··· Supplied records

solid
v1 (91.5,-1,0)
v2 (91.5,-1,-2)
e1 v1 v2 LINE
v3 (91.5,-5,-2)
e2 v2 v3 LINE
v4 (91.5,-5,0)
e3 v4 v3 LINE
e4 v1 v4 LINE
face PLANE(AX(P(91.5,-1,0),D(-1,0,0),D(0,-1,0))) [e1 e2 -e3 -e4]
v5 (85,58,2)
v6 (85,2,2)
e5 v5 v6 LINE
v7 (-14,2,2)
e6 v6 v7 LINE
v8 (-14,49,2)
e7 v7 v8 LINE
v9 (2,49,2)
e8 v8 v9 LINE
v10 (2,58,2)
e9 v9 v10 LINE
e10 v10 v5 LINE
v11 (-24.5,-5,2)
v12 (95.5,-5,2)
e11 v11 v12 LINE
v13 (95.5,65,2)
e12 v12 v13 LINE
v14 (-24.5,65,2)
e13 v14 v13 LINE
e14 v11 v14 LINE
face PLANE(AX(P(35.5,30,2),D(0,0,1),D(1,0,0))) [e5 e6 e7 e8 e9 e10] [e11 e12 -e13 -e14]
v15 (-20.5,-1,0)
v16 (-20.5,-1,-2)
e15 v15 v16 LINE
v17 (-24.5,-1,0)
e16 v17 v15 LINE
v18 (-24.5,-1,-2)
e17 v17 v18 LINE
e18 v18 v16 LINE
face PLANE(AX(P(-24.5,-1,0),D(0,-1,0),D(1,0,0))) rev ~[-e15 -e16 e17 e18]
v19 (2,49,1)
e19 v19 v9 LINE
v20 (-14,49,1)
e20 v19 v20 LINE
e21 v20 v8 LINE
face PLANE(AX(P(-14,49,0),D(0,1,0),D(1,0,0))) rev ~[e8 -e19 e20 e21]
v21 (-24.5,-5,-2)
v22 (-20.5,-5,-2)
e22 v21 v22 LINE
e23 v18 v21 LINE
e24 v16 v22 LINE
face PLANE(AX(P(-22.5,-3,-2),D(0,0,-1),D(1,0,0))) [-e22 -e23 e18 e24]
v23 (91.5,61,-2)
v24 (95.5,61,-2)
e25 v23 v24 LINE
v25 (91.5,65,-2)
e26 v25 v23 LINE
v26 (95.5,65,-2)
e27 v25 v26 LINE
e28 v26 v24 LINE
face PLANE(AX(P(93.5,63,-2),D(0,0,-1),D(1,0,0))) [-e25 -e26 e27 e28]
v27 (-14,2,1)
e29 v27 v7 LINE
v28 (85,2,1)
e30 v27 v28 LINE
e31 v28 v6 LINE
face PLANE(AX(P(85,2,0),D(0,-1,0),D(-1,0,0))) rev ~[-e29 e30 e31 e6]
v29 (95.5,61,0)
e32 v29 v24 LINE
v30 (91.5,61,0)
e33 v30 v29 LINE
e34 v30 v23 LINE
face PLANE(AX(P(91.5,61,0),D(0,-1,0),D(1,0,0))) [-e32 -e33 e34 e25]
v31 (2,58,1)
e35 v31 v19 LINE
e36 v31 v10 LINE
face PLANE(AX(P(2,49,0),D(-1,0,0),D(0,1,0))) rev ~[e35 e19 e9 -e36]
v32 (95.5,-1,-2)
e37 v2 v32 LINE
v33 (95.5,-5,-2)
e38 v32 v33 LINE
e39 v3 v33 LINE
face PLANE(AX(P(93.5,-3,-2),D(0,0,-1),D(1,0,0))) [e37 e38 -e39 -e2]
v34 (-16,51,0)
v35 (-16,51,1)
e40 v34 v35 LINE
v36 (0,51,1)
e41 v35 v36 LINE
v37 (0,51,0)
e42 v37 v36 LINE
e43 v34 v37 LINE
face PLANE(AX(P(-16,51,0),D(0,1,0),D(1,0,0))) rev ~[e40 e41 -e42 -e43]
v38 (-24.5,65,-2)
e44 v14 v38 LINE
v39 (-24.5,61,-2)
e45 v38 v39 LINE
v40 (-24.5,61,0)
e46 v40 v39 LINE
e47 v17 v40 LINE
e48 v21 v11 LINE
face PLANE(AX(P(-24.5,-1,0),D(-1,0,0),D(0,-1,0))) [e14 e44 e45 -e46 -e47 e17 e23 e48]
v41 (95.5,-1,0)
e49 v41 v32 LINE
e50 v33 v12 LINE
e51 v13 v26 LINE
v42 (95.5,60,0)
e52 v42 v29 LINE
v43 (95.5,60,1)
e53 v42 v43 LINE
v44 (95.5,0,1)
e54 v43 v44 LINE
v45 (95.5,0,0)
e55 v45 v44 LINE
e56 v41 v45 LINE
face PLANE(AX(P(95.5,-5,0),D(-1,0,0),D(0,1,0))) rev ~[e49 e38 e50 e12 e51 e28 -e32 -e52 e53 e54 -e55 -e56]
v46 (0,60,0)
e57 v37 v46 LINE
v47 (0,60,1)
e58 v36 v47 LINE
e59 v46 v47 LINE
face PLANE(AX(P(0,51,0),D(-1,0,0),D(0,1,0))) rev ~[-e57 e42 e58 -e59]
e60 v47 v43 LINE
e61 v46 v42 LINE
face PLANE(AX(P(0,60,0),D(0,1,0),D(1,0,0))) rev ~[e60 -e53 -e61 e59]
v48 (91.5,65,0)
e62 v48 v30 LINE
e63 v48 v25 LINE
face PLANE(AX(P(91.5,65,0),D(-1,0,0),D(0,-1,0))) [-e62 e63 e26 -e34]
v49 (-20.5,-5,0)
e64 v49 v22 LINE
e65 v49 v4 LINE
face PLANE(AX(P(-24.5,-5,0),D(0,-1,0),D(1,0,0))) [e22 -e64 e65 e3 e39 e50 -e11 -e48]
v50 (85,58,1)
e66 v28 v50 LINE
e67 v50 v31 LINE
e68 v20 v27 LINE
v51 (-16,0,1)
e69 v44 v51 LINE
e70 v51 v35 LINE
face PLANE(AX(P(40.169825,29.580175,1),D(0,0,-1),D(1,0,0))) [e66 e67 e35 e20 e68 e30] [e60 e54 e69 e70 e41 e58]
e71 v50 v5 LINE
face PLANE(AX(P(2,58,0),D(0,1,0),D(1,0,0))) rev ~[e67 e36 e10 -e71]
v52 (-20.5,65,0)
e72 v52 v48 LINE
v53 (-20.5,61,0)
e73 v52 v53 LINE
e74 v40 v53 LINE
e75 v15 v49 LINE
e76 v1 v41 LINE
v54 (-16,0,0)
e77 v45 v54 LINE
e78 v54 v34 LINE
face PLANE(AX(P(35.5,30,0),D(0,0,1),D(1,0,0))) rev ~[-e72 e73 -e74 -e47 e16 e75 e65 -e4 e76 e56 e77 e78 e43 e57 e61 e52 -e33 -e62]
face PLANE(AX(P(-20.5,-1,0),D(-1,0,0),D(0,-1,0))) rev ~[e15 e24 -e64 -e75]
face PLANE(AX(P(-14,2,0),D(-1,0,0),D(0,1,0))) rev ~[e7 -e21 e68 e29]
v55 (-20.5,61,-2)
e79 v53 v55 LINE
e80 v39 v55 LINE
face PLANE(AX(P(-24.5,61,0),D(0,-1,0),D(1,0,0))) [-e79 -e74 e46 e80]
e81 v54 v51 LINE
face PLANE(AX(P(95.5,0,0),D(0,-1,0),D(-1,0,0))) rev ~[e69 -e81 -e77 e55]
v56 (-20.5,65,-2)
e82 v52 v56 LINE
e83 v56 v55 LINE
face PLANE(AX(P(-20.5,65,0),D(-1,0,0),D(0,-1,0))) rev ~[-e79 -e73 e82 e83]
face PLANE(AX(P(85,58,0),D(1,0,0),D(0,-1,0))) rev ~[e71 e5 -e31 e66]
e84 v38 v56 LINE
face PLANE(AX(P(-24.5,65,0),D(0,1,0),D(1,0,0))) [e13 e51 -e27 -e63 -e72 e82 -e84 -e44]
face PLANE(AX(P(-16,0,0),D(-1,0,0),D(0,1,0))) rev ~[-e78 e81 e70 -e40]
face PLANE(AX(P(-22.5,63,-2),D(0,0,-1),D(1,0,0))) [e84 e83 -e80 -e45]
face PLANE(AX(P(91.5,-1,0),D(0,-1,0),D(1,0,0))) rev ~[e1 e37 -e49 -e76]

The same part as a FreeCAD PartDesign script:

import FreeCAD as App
import Part
import Sketcher
from FreeCAD import Vector

doc = App.newDocument("Part")
body = doc.addObject("PartDesign::Body", "Body")

# Sketch on XY plane
sketch1 = doc.addObject("Sketcher::SketchObject", "Sketch")
body.addObject(sketch1)
sketch1.AttachmentSupport = (doc.XY_Plane, [""])
sketch1.MapMode = "FlatFace"
sketch1.addGeometry([
    Part.LineSegment(Vector(-24, 65, 0), Vector(-24, -5, 0)),  # 0
    Part.LineSegment(Vector(-24, -5, 0), Vector(96, -5, 0)),  # 1
    Part.LineSegment(Vector(96, -5, 0), Vector(96, 65, 0)),  # 2
    Part.LineSegment(Vector(96, 65, 0), Vector(-24, 65, 0)),  # 3
    Part.LineSegment(Vector(-14, 49, 0), Vector(2, 49, 0)),  # 4
    Part.LineSegment(Vector(2, 49, 0), Vector(2, 58, 0)),  # 5
    Part.LineSegment(Vector(2, 58, 0), Vector(85, 58, 0)),  # 6
    Part.LineSegment(Vector(85, 58, 0), Vector(85, 2, 0)),  # 7
    Part.LineSegment(Vector(85, 2, 0), Vector(-14, 2, 0)),  # 8
    Part.LineSegment(Vector(-14, 2, 0), Vector(-14, 49, 0)),  # 9
], False)
sketch1.addConstraint([
    Sketcher.Constraint("Coincident", 0, 2, 1, 1),
    Sketcher.Constraint("Coincident", 1, 2, 2, 1),
    Sketcher.Constraint("Coincident", 2, 2, 3, 1),
    Sketcher.Constraint("Coincident", 3, 2, 0, 1),
    Sketcher.Constraint("Coincident", 4, 2, 5, 1),
    Sketcher.Constraint("Coincident", 5, 2, 6, 1),
    Sketcher.Constraint("Coincident", 6, 2, 7, 1),
    Sketcher.Constraint("Coincident", 7, 2, 8, 1),
    Sketcher.Constraint("Coincident", 8, 2, 9, 1),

······

Exercise instructions =
Transcribe each line of the data above, unaltered, from the one where "face PLANE(AX(P(-24.5,-1,0),D(0,-1,0),D(1,0,0))) rev" appears to the one where "e31 v28 v6 LINE" appears, inclusive of both.

Task response =
face PLANE(AX(P(-24.5,-1,0),D(0,-1,0),D(1,0,0))) rev ~[-e15 -e16 e17 e18]
v19 (2,49,1)
e19 v19 v9 LINE
v20 (-14,49,1)
e20 v19 v20 LINE
e21 v20 v8 LINE
face PLANE(AX(P(-14,49,0),D(0,1,0),D(1,0,0))) rev ~[e8 -e19 e20 e21]
v21 (-24.5,-5,-2)
v22 (-20.5,-5,-2)
e22 v21 v22 LINE
e23 v18 v21 LINE
e24 v16 v22 LINE
face PLANE(AX(P(-22.5,-3,-2),D(0,0,-1),D(1,0,0))) [-e22 -e23 e18 e24]
v23 (91.5,61,-2)
v24 (95.5,61,-2)
e25 v23 v24 LINE
v25 (91.5,65,-2)
e26 v25 v23 LINE
v26 (95.5,65,-2)
e27 v25 v26 LINE
e28 v26 v24 LINE
face PLANE(AX(P(93.5,63,-2),D(0,0,-1),D(1,0,0))) [-e25 -e26 e27 e28]
v27 (-14,2,1)
e29 v27 v7 LINE
v28 (85,2,1)
e30 v27 v28 LINE
e31 v28 v6 LINE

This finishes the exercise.